- _TASK INSTRUCTIONS_:
Somewhere below, one line contains "Rectangle(SKETCH1_W, SKETCH1_H)" and a later line contains "# FreeCAD 1.0 macro for this part". Output those two lines and everything between them exactly, and nothing else.

[Opening RECORD SET section]

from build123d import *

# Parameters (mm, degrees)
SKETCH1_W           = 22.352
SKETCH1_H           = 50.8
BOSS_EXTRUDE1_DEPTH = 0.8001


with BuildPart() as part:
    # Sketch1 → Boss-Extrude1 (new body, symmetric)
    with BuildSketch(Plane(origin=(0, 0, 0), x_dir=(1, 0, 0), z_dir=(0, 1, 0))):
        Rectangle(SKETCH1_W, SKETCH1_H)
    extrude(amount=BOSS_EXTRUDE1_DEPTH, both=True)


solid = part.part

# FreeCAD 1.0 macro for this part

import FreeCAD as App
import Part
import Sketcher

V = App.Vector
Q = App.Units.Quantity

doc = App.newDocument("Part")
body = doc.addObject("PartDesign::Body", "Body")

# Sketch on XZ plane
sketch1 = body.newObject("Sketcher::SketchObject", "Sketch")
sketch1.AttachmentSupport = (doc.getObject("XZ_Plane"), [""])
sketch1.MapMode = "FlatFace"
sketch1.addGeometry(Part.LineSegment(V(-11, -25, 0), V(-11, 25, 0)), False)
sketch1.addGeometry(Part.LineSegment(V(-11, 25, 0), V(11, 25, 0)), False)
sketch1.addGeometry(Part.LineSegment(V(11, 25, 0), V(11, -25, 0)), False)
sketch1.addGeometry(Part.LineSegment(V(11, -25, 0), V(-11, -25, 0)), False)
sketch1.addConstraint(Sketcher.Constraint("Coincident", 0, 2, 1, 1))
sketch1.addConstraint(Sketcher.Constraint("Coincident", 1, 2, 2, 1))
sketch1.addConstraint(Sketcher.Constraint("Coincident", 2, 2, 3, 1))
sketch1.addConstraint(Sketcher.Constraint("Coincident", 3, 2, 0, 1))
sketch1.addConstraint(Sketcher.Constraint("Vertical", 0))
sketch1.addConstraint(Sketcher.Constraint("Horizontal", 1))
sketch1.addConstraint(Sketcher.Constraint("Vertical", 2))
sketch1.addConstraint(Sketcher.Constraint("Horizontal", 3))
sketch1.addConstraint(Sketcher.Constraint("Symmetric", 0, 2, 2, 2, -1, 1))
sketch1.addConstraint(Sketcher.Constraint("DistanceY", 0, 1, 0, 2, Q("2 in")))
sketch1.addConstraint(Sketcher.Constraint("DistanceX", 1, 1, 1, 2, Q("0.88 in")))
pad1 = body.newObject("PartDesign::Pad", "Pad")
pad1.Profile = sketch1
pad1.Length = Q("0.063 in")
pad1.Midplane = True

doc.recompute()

[Closing RECORD SET section]
[Opening RECORD SET section]

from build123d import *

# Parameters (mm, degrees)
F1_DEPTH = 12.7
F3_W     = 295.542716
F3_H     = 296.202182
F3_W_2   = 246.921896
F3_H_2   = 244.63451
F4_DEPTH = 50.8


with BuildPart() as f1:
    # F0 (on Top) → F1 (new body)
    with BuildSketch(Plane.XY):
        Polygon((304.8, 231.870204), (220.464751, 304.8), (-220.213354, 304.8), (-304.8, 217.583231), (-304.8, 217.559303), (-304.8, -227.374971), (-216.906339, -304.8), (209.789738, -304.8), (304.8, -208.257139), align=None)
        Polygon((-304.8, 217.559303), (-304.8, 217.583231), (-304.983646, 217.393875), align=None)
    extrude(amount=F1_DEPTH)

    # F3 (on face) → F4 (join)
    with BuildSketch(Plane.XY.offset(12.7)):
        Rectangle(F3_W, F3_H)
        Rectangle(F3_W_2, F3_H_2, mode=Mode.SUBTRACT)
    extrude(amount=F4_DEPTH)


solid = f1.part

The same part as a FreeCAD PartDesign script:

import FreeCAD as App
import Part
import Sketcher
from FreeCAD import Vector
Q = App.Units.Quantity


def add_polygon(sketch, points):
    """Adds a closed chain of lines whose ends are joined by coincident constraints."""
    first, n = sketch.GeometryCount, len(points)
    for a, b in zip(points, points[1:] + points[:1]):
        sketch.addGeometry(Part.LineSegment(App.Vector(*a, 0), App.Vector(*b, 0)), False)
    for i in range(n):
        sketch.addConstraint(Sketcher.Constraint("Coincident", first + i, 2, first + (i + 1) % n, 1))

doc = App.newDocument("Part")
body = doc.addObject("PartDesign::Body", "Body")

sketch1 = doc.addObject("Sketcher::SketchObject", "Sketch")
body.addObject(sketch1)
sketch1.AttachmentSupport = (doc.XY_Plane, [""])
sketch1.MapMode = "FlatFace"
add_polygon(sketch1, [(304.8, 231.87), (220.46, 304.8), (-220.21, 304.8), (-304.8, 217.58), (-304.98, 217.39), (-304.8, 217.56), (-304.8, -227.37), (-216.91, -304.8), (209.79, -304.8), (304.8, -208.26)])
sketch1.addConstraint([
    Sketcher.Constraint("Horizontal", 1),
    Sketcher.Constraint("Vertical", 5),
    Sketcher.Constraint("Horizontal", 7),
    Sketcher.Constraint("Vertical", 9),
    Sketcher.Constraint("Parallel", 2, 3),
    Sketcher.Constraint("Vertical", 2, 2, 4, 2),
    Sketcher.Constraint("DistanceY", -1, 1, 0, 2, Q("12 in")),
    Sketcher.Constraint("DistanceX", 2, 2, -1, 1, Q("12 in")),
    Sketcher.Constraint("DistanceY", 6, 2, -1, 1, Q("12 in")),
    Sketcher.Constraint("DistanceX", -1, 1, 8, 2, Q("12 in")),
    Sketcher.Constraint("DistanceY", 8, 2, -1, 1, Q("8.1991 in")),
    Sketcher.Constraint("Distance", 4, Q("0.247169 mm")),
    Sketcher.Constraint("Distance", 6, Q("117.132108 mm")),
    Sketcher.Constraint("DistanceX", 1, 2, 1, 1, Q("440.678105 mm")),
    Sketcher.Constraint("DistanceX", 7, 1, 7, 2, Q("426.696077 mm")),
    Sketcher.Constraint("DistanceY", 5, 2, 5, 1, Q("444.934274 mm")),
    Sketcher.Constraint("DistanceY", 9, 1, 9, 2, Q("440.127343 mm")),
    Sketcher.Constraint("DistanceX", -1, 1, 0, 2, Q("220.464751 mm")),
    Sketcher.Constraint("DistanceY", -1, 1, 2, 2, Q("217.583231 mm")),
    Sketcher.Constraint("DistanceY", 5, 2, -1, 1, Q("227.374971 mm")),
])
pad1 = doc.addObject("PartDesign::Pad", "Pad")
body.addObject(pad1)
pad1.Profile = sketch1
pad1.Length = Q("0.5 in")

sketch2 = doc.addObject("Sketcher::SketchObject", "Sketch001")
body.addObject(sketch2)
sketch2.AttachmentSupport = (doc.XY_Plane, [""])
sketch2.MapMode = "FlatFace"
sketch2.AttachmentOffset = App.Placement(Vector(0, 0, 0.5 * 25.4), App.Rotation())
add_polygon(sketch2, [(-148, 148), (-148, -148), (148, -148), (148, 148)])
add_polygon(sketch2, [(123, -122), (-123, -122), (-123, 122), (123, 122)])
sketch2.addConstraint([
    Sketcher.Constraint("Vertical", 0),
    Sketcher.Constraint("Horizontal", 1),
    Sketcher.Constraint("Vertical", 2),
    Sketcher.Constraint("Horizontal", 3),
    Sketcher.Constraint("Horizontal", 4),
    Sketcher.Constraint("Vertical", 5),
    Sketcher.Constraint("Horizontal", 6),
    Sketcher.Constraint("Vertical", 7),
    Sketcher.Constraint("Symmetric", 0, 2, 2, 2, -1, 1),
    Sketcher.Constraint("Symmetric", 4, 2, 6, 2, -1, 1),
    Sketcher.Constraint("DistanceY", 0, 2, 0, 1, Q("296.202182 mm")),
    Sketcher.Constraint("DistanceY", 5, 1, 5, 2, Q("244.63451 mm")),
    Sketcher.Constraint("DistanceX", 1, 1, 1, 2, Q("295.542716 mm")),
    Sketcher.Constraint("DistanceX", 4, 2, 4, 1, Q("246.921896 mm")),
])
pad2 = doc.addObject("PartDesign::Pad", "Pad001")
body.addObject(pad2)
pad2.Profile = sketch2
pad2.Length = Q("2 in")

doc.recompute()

[Closing RECORD SET section]

- _OUTPUT FOR THIS EXERCISE_:
        Rectangle(SKETCH1_W, SKETCH1_H)
    extrude(amount=BOSS_EXTRUDE1_DEPTH, both=True)


solid = part.part

# FreeCAD 1.0 macro for this part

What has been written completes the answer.